I suppose if i go ahead ill just have to suck it and see with regards algae, ill keep good tank husbandry and hopefully all will be well....it seems an eternity since keeping just fish.

Cheers,
Ady.


----------



## Antipofish

I may be wrong but I seem to remember reading a thread before about water changes after lights out... people chatted hither and thither about it, then along came Ceg and said it was a load of 'rollocks', LOL.  Sadly I cannot link to it but at the mention of his name, I am hoping he may comment


----------



## Antoni

IMO, you don't need to go mad about water changes, as long as you have a good filtration and reasonable fish load. Just do it regularly, clean the filter when necessary and the tank and its inhabitants will be happy. 

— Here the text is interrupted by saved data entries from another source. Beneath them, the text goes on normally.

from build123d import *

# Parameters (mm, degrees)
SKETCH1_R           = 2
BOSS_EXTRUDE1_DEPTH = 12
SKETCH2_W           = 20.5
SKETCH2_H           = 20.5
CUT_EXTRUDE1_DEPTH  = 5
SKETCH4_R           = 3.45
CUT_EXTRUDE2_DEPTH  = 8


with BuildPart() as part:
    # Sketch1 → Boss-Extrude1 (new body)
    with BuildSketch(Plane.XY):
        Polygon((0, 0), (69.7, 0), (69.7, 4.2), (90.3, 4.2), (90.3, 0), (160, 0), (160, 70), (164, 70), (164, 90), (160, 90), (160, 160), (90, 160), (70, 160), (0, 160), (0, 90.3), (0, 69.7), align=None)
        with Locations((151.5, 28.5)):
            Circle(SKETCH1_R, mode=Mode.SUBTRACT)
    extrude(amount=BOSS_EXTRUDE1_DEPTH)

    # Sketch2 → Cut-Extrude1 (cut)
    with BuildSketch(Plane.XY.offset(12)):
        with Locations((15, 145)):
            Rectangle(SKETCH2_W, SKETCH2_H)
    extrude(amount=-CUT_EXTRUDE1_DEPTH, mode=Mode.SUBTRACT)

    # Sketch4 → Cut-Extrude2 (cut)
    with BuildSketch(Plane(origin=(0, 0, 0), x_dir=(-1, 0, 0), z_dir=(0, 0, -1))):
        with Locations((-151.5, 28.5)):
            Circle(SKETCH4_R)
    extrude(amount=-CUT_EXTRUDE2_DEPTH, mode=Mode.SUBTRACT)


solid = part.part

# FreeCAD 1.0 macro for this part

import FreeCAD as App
import Part
import Sketcher

V = App.Vector


def add_polygon(sketch, points):
    """Adds a closed chain of lines whose ends are joined by coincident constraints."""
    first, n = sketch.GeometryCount, len(points)
    for a, b in zip(points, points[1:] + points[:1]):
        sketch.addGeometry(Part.LineSegment(App.Vector(*a, 0), App.Vector(*b, 0)), False)
    for i in range(n):
        sketch.addConstraint(Sketcher.Constraint("Coincident", first + i, 2, first + (i + 1) % n, 1))

doc = App.newDocument("Part")
params = doc.addObject("Spreadsheet::Sheet", "Params")
for row, (alias, value) in enumerate([
    ("sketch1_diameter", "4 mm"),
    ("sketch1_width", "4 mm"),
    ("sketch1_width2", "160 mm"),
    ("sketch1_height", "70 mm"),
    ("sketch1_width3", "69.7 mm"),
    ("pad1_length", "12 mm"),
    ("sketch2_width", "20.5 mm"),
    ("pocket1_length", "5 mm"),
    ("sketch3_diameter", "6.9 mm"),
    ("pocket2_length", "8 mm"),
], start=1):
    params.set(f"A{row}", alias)
    params.set(f"B{row}", "=" + value)
    params.setAlias(f"B{row}", alias)

body = doc.addObject("PartDesign::Body", "Body")

sketch1 = body.newObject("Sketcher::SketchObject", "Sketch")
sketch1.AttachmentSupport = (doc.getObject("XY_Plane"), [""])
sketch1.MapMode = "FlatFace"
add_polygon(sketch1, [(0, 0), (69.7, 0), (69.7, 4.2), (90.3, 4.2), (90.3, 0), (160, 0), (160, 70), (164, 70), (164, 90), (160, 90), (160, 160), (0, 160)])
sketch1.addGeometry(Part.Circle(V(151.5, 28.5, 0), V(0, 0, 1), 2), False)
sketch1.addConstraint([
    Sketcher.Constraint("Horizontal", 0),
    Sketcher.Constraint("Vertical", 1),
    Sketcher.Constraint("Horizontal", 2),
    Sketcher.Constraint("Vertical", 3),
    Sketcher.Constraint("Horizontal", 4),
    Sketcher.Constraint("Vertical", 5),
    Sketcher.Constraint("Horizontal", 6),
    Sketcher.Constraint("Vertical", 7),
    Sketcher.Constraint("Horizontal", 8),
    Sketcher.Constraint("Vertical", 9),
    Sketcher.Constraint("Horizontal", 10),
    Sketcher.Constraint("Vertical", 11),
    Sketcher.Constraint("Coincident", 11, 2, -1, 1),
    Sketcher.Constraint("PointOnObject", 3, 2, -1),
    Sketcher.Constraint("Vertical", 5, 2, 8, 2),
    Sketcher.Constraint("Equal", 0, 4),
    Sketcher.Constraint("Equal", 5, 9),
    Sketcher.Constraint("Equal", 10, 11),
    Sketcher.Constraint("Diameter", 12, 4.0),
    Sketcher.Constraint("DistanceX", 6, 1, 6, 2, 4.0),
    Sketcher.Constraint("DistanceX", 10, 2, 10, 1, 160.0),
    Sketcher.Constraint("DistanceY", 5, 1, 5, 2, 70.0),
    Sketcher.Constraint("DistanceX", 0, 1, 0, 2, 69.7),
    Sketcher.Constraint("DistanceY", 1, 1, 1, 2, 4.2),
    Sketcher.Constraint("DistanceX", -1, 1, 12, 3, 151.5),
    Sketcher.Constraint("DistanceY", -1, 1, 12, 3, 28.5),
])
sketch1.setExpression("Constraints[30]", "Params.sketch1_diameter")
sketch1.setExpression("Constraints[31]", "Params.sketch1_width")
sketch1.setExpression("Constraints[32]", "Params.sketch1_width2")
sketch1.setExpression("Constraints[33]", "Params.sketch1_height")
sketch1.setExpression("Constraints[34]", "Params.sketch1_width3")
pad1 = body.newObject("PartDesign::Pad", "Pad")
pad1.Profile = sketch1
pad1.setExpression("Length", "Params.pad1_length")

sketch2 = body.newObject("Sketcher::SketchObject", "Sketch001")
sketch2.AttachmentSupport = (doc.getObject("XY_Plane"), [""])
sketch2.MapMode = "FlatFace"
sketch2.AttachmentOffset = App.Placement(V(0, 0, 12), App.Rotation())
add_polygon(sketch2, [(5, 155), (5, 135), (25, 135), (25, 155)])
sketch2.addConstraint([
    Sketcher.Constraint("Vertical", 0),
    Sketcher.Constraint("Horizontal", 1),
    Sketcher.Constraint("Vertical", 2),
    Sketcher.Constraint("Horizontal", 3),
    Sketcher.Constraint("Equal", 3, 0),
    Sketcher.Constraint("DistanceX", 1, 1, 1, 2, 20.5),
    Sketcher.Constraint("DistanceX", -1, 1, 0, 2, 4.75),
    Sketcher.Constraint("DistanceY", -1, 1, 0, 2, 134.75),
])
sketch2.setExpression("Constraints[9]", "Params.sketch2_width")
pocket1 = body.newObject("PartDesign::Pocket", "Pocket")
pocket1.Profile = sketch2
pocket1.setExpression("Length", "Params.pocket1_length")

sketch3 = body.newObject("Sketcher::SketchObject", "Sketch002")
sketch3.AttachmentSupport = (doc.getObject("XY_Plane"), [""])
sketch3.MapMode = "FlatFace"
sketch3.addGeometry(Part.Circle(V(151.5, 28.5, 0), V(0, 0, 1), 3.5), False)
sketch3.addConstraint([
    Sketcher.Constraint("Diameter", 0, 6.9),
    Sketcher.Constraint("DistanceX", -1, 1, 0, 3, 151.5),
    Sketcher.Constraint("DistanceY", -1, 1, 0, 3, 28.5),
])
sketch3.setExpression("Constraints[0]", "Params.sketch3_diameter")
pocket2 = body.newObject("PartDesign::Pocket", "Pocket001")
pocket2.Profile = sketch3
pocket2.setExpression("Length", "Params.pocket2_length")
pocket2.Reversed = True

doc.recompute()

Regarding the light, the fish are living creatures and as such, they need light and normal day/night cycle. The fish will not be happy, if you keep them in the dark all the time, this will disturb their life cycle- feeding, breeding habits, they will not show their true colours etc..

Clive or Darrel, could share more scientifically backed up information on this matter!


----------



## jack-rythm

Anything with ceg's name in I read lol. He gives such truthful advice.. Sometimes it's hard for beginners like myself to follow his knowledge because it requires us dissecting our plants colourations and plants health to determine water conditions etc and for a beginner this is very difficult. That said, it allows for beginners like myself to know where to begin reading and learning. I have never truly believed in test kits. Not really. So everything he says makes sense. If a cat becomes skinny it needs food, if we become fat we need exercise, if we are pale it's a deficiency of some sort, these are the things we must learn to understand. Relying on something to tell us our information for us is not truly understanding the issue.  now although straight to the point in anyway, ceg is incredibly reputable. I base a lot of my leanings on his methods. In a way were all beginners  



Sent from my GT-I9100 using Tapatalk 2


----------



## Ian Holdich

The wood in the second one looks like Large or XL Sumatra wood to me.


----------



## Iain Sutherland

whats all this no plant crazy talk ady!!


----------



## tim

Have you considered low light plants no co2 mate now you can raise your lights could even go em emmersed growth out of the back of the tank plenty of floating plants to diffuse light I admit I'm with everyone else don't want to see you tear this down but you got to do what makes you happy ady good luck with the path you choose


----------



## Ady34

Antipofish said:
			
		

> I may be wrong but I seem to remember reading a thread before about water changes after lights out... people chatted hither and thither about it, then along came Ceg and said it was a load of 'rollocks', LOL. Sadly I cannot link to it but at the mention of his name, I am hoping he may comment



Hopefully it is a myth and one which i can rule out



			
				jackrythm said:
			
		

> Anything with ceg's name in I read lol.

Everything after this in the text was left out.